In the listing below, find the line holding "f 129 181 175" and the line holding "f 199 198 35". Write out those two lines and all lines between, exactly, and nothing more.
BEGIN Entries shown
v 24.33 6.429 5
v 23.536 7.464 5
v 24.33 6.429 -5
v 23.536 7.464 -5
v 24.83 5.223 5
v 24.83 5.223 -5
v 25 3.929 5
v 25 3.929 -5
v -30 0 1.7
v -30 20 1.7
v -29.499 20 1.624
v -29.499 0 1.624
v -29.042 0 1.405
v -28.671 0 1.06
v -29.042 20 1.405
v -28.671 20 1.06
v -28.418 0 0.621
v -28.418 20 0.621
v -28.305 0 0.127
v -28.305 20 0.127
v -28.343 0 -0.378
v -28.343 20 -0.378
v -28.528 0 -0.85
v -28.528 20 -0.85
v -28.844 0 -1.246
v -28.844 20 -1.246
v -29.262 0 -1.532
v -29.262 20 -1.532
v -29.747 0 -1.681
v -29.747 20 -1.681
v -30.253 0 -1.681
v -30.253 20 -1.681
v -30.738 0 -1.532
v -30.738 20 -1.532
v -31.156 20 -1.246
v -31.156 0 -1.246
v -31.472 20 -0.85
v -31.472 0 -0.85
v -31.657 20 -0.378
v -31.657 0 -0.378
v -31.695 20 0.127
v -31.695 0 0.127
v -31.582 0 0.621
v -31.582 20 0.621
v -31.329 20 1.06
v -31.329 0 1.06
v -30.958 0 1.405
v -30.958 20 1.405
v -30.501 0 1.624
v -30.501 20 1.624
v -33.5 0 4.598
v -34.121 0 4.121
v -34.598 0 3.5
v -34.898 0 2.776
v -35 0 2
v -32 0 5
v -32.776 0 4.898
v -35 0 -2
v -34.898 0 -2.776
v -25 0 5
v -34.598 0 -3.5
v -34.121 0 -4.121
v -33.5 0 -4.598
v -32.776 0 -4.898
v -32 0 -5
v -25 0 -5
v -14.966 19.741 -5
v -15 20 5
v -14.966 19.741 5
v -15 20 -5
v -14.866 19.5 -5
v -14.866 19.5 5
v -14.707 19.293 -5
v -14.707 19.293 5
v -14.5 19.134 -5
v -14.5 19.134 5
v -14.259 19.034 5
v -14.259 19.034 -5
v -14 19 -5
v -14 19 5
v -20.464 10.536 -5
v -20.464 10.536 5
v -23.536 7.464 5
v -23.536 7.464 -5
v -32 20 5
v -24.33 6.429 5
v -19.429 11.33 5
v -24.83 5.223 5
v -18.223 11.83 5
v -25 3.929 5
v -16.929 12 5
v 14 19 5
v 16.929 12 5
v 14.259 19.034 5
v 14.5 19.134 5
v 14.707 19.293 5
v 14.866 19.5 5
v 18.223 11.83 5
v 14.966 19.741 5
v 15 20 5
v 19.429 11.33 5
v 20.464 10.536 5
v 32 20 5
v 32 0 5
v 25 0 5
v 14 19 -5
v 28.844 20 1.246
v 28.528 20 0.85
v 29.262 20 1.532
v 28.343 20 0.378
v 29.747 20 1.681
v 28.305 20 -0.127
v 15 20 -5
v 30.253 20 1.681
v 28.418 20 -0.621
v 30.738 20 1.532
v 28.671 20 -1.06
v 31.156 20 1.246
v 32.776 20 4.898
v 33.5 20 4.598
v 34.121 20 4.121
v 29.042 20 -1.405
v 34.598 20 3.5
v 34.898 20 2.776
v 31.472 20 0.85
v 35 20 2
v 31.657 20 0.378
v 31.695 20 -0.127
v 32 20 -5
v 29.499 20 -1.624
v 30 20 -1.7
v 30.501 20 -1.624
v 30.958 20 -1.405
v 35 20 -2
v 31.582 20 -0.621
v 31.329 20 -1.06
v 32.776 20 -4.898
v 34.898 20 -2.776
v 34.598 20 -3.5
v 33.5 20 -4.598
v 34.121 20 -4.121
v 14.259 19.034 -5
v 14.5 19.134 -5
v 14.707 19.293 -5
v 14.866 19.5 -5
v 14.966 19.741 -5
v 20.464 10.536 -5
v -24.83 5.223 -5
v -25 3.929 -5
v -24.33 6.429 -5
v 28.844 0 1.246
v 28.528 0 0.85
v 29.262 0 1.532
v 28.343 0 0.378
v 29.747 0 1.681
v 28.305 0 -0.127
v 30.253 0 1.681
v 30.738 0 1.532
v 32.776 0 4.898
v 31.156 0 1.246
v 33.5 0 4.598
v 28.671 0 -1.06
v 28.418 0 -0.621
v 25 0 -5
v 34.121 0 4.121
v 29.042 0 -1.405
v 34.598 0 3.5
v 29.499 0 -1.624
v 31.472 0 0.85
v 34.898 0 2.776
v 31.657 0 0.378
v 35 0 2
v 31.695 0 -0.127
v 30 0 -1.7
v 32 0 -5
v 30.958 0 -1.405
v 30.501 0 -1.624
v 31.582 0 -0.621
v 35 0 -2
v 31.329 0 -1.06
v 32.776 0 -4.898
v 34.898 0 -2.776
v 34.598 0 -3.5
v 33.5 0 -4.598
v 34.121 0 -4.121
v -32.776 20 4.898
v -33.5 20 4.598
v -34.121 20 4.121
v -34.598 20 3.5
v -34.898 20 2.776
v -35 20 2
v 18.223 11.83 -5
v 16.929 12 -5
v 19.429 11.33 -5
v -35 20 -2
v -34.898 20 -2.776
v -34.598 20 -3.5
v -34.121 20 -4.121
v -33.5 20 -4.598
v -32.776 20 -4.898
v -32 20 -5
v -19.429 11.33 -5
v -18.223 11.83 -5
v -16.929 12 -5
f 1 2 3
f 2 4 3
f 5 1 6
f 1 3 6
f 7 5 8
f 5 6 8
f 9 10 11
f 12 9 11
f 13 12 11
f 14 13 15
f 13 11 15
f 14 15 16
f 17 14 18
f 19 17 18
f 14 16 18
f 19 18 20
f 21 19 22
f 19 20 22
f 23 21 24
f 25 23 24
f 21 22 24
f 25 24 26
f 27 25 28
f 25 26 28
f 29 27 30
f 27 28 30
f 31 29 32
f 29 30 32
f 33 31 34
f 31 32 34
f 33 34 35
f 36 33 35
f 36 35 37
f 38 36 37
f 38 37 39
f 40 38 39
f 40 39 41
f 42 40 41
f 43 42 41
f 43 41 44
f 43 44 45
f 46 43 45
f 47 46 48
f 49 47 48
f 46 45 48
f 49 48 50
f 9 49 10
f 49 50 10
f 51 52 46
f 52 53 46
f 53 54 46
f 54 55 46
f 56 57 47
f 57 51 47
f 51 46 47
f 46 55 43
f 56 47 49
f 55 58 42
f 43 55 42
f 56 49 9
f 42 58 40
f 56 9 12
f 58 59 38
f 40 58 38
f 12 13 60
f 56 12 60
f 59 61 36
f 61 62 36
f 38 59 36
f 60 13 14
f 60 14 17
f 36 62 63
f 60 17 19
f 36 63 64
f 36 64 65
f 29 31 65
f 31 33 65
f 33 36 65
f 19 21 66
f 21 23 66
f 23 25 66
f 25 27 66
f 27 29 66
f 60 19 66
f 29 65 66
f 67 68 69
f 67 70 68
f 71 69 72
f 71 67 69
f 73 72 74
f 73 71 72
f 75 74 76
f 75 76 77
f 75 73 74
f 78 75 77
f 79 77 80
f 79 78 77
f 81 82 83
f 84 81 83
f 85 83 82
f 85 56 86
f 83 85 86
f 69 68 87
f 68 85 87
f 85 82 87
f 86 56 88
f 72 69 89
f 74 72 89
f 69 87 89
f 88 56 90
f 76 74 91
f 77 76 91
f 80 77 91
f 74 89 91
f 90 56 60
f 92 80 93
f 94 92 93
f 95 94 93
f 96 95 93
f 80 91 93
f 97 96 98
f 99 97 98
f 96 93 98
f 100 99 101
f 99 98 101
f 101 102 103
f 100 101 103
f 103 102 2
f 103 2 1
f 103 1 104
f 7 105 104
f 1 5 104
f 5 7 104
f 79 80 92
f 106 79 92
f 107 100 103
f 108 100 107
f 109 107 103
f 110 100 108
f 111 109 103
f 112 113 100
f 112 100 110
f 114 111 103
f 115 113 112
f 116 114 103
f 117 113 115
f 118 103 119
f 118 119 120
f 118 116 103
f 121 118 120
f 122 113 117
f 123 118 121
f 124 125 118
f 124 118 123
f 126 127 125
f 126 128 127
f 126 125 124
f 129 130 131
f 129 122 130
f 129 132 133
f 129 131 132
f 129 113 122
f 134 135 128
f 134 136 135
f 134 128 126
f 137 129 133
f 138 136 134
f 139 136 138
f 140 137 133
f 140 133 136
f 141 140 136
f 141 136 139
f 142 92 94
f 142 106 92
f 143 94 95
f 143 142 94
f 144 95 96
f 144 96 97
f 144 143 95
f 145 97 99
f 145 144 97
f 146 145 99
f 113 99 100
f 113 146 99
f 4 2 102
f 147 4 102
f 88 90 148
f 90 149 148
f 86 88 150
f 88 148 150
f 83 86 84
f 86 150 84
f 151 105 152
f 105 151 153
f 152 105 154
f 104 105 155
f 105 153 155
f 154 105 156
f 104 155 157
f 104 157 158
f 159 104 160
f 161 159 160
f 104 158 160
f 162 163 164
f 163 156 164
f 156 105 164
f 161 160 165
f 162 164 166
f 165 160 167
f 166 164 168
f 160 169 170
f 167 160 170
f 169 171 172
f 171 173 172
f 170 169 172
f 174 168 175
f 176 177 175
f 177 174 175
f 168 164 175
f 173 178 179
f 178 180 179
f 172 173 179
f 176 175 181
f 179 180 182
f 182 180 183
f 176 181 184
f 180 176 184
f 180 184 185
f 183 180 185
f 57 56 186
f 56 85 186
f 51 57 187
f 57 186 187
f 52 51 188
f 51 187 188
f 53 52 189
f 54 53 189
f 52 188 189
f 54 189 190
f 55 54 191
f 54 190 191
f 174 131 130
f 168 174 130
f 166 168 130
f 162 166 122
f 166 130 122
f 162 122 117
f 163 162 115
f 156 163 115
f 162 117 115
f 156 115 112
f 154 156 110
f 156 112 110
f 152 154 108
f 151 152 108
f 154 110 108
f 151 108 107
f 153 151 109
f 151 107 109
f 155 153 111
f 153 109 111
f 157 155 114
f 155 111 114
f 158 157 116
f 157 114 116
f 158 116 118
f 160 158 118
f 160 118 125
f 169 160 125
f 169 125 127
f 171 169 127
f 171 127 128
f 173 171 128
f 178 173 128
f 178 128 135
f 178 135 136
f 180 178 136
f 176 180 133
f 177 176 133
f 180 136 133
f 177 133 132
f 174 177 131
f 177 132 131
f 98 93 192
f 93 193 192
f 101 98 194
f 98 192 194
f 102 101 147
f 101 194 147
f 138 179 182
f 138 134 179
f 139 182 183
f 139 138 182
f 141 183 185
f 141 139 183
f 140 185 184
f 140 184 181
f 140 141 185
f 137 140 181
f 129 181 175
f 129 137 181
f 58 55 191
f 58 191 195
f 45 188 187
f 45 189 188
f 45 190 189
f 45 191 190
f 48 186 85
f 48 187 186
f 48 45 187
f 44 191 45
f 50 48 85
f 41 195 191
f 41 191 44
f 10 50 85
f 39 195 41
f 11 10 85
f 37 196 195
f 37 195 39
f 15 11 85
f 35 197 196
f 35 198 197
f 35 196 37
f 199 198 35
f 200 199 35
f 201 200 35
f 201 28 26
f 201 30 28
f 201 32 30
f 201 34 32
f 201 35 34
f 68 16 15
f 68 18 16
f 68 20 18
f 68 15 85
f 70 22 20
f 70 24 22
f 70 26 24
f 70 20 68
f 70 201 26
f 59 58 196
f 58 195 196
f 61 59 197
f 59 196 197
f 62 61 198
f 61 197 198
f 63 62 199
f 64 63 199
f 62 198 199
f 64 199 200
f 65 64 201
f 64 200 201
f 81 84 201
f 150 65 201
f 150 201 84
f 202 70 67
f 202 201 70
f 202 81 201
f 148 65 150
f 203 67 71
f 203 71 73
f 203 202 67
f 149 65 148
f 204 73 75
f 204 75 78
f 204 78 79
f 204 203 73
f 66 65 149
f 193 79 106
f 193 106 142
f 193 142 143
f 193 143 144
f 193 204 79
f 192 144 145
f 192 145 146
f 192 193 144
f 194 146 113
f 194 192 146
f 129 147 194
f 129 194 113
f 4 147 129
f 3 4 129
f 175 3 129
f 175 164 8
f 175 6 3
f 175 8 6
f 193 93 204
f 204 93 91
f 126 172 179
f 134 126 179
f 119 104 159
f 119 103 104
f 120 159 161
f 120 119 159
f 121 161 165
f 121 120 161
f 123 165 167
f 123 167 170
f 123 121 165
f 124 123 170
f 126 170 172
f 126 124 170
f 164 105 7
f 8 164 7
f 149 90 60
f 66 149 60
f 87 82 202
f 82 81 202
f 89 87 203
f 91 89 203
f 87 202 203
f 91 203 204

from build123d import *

# Parameters (mm, degrees)
SKETCH_1_W          = 70
SKETCH_1_H          = 10
EXTRUDE_1_DEPTH     = 20
SKETCH_2_R          = 1.7
CUT_EXTRUDE_1_DEPTH = 20
SKETCH_3_W          = 30
SKETCH_3_H          = 1
CUT_EXTRUDE_2_DEPTH = 10
FILLET_1_R          = 5
FILLET_2_R          = 3
FILLET_3_R          = 1


with BuildPart() as part:
    # 草图1 → 凸台-拉伸1 (new body)
    with BuildSketch(Plane(origin=(0, 0, 0), x_dir=(1, 0, 0), z_dir=(0, 1, 0))):
        Rectangle(SKETCH_1_W, SKETCH_1_H)
    extrude(amount=EXTRUDE_1_DEPTH)

    # 草图2 → 切除-拉伸1 (cut)
    with BuildSketch(Plane(origin=(0, 20, 0), x_dir=(1, 0, 0), z_dir=(0, 1, 0))):
        with Locations(Location((-30, 0, 0), (0, 0, 270))):
            Circle(SKETCH_2_R)
        with Locations(Location((30, 0, 0), (0, 0, 90))):
            Circle(SKETCH_2_R)
    extrude(amount=-CUT_EXTRUDE_1_DEPTH, mode=Mode.SUBTRACT)

    # 草图3 → 切除-拉伸2 (cut)
    with BuildSketch(Plane.XY.offset(5)):
        Polygon((-25, 0), (25, 0), (25, 6), (19, 12), (-19, 12), (-25, 6), align=None)
        with Locations((0, 19.5)):
            Rectangle(SKETCH_3_W, SKETCH_3_H)
    extrude(amount=-CUT_EXTRUDE_2_DEPTH, mode=Mode.SUBTRACT)

    # 圆角1
    fillet_1_edges = [part.edges().sort_by_distance(p)[0] for p in [
        (-25, 6, 0),
        (-19, 12, 0),
        (19, 12, 0),
        (25, 6, 0),
    ]]
    fillet(fillet_1_edges, radius=FILLET_1_R)

    # 圆角2
    fillet_2_edges = [part.edges().sort_by_distance(p)[0] for p in [
        (35, 10, 5),
        (-35, 10, 5),
        (-35, 10, -5),
        (35, 10, -5),
    ]]
    fillet(fillet_2_edges, radius=FILLET_2_R)

    # 圆角3
    fillet_3_edges = [part.edges().sort_by_distance(p)[0] for p in [
        (15, 19, 0),
        (-15, 19, 0),
    ]]
    fillet(fillet_3_edges, radius=FILLET_3_R - 0.0001)  # a hair under: the kernel refuses the full size


solid = part.part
END Entries shown
■ Answer to this problem
f 129 181 175
f 129 137 181
f 58 55 191
f 58 191 195
f 45 188 187
f 45 189 188
f 45 190 189
f 45 191 190
f 48 186 85
f 48 187 186
f 48 45 187
f 44 191 45
f 50 48 85
f 41 195 191
f 41 191 44
f 10 50 85
f 39 195 41
f 11 10 85
f 37 196 195
f 37 195 39
f 15 11 85
f 35 197 196
f 35 198 197
f 35 196 37
f 199 198 35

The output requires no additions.